Cela n’entache pas sa capacité d’écoute et de regard, mais selon une idée générale qui, sans être jamais énoncée, ne disparaît jamais –on a vu récemment un autre exemple très réussi de cette manière de faire avec Le Bois dont les rêves sont faits de Claire Simon.


L’opinion personnelle de Raymond Depardon sur le monde n’est pas forcément très éloignée de celle de Wiseman, sa manière de filmer si. Depardon construit une «position d’attente», il établit les principes rigoureux d’une disponibilité qui ne fait certes pas disparaître sa subjectivité, mais vise à ne pas l’asservir à une idée préconçue. D’où des stratégies de tournage (usage de la caméra et du son) et de montage très différentes.

Exceptionnelle perception

La posture de Raymond Depardon, qui d’une certain façon vient de ses origines dans le photojournalisme même si le résultat est aussi éloigné que possible du photo-reportage (et si on veut faire un peu de psychologie, vient aussi de ses origines paysannes, d’une attitude qui comporte d’attendre que «ça pousse») le situe dans la proximité de l’ethnométhodologie.

(Palmeraie et désert/ France 2 Cinéma)

Fort heureusement, il ne fait pas de l’ethnométhodologie sans le savoir, il en crée les conditions pour chacun. Il rend intéressant, émouvant, amusant, surprenant l’infini miroitement des manières d’exister des hommes et des femmes, et invite chaque spectateur à construire à son tour sa compréhension, ses points de ressemblance et de dissemblance, ses désirs d’en savoir plus, son droit à l’indifférence ou au rejet aussi bien.

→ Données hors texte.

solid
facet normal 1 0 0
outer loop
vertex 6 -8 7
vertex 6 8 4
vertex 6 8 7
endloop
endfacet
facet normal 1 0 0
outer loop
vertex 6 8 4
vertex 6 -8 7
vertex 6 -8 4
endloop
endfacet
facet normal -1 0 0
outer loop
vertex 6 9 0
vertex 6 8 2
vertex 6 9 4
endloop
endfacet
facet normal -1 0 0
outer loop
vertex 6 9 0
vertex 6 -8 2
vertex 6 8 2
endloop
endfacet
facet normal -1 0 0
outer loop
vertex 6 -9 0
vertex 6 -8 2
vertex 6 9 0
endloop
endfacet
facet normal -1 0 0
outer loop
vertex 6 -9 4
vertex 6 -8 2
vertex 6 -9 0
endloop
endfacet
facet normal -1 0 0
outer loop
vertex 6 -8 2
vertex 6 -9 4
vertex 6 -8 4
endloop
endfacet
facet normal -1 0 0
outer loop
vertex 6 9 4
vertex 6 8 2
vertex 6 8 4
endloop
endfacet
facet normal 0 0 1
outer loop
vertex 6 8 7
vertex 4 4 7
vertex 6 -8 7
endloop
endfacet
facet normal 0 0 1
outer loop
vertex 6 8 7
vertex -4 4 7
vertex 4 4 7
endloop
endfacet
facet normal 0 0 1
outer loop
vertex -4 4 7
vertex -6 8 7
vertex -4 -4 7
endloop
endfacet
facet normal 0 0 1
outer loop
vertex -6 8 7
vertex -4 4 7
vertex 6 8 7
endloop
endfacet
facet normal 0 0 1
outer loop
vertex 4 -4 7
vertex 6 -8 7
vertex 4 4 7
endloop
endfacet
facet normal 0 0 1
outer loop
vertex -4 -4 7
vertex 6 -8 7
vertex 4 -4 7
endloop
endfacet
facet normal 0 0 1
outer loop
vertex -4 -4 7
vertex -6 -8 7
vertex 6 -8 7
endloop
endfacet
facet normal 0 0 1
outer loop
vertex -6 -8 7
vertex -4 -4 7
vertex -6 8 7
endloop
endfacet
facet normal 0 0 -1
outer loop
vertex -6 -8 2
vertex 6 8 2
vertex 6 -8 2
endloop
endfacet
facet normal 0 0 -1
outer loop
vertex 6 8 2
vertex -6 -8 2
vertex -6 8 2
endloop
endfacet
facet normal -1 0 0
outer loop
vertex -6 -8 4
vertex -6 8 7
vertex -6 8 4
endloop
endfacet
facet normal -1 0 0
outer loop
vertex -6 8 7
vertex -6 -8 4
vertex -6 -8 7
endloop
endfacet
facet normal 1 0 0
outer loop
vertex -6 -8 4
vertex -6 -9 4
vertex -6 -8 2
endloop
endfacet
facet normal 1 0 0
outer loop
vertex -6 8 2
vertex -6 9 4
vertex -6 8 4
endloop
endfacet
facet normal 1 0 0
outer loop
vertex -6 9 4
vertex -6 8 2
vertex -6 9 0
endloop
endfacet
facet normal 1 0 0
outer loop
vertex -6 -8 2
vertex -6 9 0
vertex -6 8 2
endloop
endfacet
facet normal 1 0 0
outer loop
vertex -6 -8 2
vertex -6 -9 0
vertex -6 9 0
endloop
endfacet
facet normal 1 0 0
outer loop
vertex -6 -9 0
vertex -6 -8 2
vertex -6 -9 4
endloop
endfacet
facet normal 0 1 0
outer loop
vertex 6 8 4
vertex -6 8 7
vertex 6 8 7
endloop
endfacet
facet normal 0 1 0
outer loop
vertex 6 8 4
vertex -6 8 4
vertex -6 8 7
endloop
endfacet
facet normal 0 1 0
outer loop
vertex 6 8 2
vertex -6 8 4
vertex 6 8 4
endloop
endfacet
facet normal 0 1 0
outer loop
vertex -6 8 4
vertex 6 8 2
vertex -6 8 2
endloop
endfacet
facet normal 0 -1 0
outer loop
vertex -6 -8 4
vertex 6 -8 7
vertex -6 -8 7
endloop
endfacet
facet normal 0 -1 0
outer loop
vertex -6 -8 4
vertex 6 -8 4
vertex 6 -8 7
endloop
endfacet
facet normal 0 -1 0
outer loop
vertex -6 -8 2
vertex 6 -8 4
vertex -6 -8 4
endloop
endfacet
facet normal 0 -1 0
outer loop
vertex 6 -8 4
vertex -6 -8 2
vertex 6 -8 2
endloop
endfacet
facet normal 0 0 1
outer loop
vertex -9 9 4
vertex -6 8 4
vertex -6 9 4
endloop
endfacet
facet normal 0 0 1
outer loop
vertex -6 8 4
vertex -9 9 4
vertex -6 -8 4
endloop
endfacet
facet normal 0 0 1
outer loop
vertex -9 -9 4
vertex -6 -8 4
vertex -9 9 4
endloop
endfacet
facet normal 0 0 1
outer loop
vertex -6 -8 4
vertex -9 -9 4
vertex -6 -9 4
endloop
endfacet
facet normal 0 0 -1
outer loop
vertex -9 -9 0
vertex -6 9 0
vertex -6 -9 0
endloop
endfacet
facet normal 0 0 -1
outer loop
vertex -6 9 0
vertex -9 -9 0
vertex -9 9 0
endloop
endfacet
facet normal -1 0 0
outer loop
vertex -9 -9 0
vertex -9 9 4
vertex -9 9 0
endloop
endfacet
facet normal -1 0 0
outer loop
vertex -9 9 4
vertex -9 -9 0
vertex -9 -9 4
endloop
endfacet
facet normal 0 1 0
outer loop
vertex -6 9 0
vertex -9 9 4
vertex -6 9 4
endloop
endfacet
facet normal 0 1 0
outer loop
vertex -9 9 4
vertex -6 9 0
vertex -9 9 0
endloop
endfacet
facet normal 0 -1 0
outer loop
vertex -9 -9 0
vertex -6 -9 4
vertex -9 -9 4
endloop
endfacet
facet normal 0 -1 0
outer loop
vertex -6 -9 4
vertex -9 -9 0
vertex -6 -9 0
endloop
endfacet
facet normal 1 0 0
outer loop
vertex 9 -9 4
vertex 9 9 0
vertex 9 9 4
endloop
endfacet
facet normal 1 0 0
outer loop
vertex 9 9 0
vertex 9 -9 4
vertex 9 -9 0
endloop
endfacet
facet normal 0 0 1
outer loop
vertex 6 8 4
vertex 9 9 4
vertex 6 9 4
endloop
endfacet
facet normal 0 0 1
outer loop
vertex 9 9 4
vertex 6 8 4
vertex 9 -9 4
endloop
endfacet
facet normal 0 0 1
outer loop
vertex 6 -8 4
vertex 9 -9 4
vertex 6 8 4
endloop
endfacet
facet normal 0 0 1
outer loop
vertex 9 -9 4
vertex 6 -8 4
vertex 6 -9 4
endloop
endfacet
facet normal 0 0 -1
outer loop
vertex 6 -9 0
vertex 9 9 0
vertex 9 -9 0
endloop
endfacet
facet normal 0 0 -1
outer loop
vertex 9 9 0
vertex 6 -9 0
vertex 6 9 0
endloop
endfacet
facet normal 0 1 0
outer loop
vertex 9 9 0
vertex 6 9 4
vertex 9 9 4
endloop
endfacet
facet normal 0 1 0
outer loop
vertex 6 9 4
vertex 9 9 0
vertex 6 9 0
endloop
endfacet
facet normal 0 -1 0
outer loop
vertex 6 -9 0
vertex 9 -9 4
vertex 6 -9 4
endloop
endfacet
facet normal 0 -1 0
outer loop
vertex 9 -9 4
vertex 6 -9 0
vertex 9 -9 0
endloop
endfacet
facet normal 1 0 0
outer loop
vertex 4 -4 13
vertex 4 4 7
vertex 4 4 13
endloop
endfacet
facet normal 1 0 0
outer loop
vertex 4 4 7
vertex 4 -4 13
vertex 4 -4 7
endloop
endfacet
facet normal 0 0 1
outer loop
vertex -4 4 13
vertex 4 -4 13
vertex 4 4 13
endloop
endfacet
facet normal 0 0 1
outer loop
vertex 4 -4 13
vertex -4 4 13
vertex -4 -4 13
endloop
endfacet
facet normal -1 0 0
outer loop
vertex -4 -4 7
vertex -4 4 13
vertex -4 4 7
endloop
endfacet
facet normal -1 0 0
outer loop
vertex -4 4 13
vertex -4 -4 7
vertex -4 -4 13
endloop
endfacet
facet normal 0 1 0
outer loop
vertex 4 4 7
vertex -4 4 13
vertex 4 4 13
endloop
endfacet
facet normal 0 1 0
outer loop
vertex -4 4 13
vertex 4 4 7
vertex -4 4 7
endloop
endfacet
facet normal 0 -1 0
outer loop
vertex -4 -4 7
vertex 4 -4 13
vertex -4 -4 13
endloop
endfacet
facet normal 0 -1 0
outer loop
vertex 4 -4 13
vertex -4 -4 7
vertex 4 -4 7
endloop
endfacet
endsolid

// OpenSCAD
// Bulldozer Body
body_width = 12;
body_length = 16;
body_height = 5;

// Treads
tread_width = 3;
tread_height = 4;
tread_length = 18;

// Cabin
cabin_width = 8;
cabin_length = 8;
cabin_height = 6;

union() {
    // Chassis
    translate([-body_width/2, -body_length/2, tread_height/2])
        cube([body_width, body_length, body_height]);

    // Left Tread
    translate([-(body_width/2 + tread_width), -tread_length/2, 0])
        cube([tread_width, tread_length, tread_height]);

    // Right Tread
    translate([body_width/2, -tread_length/2, 0])
        cube([tread_width, tread_length, tread_height]);

    // Cabin
    translate([-cabin_width/2, -cabin_length/2, body_height + tread_height/2])
        cube([cabin_width, cabin_length, cabin_height]);
}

Si d’aventure quelqu’un à l’issue d’une projection demandait à Depardon «Mais que voulez vous dire?» ou «Que dit votre film?», la seule réponse possible serait: «Rien».

S’il ne veut rien dire, Les Habitants offre en contre partie une exceptionnelle perception de ceux parmi qui nous vivons et qui, que nous le sachions ou non, participent à la configuration de notre existence. Les Habitants ne nous simplifie pas la vie, il l’éclaire et l’enrichit.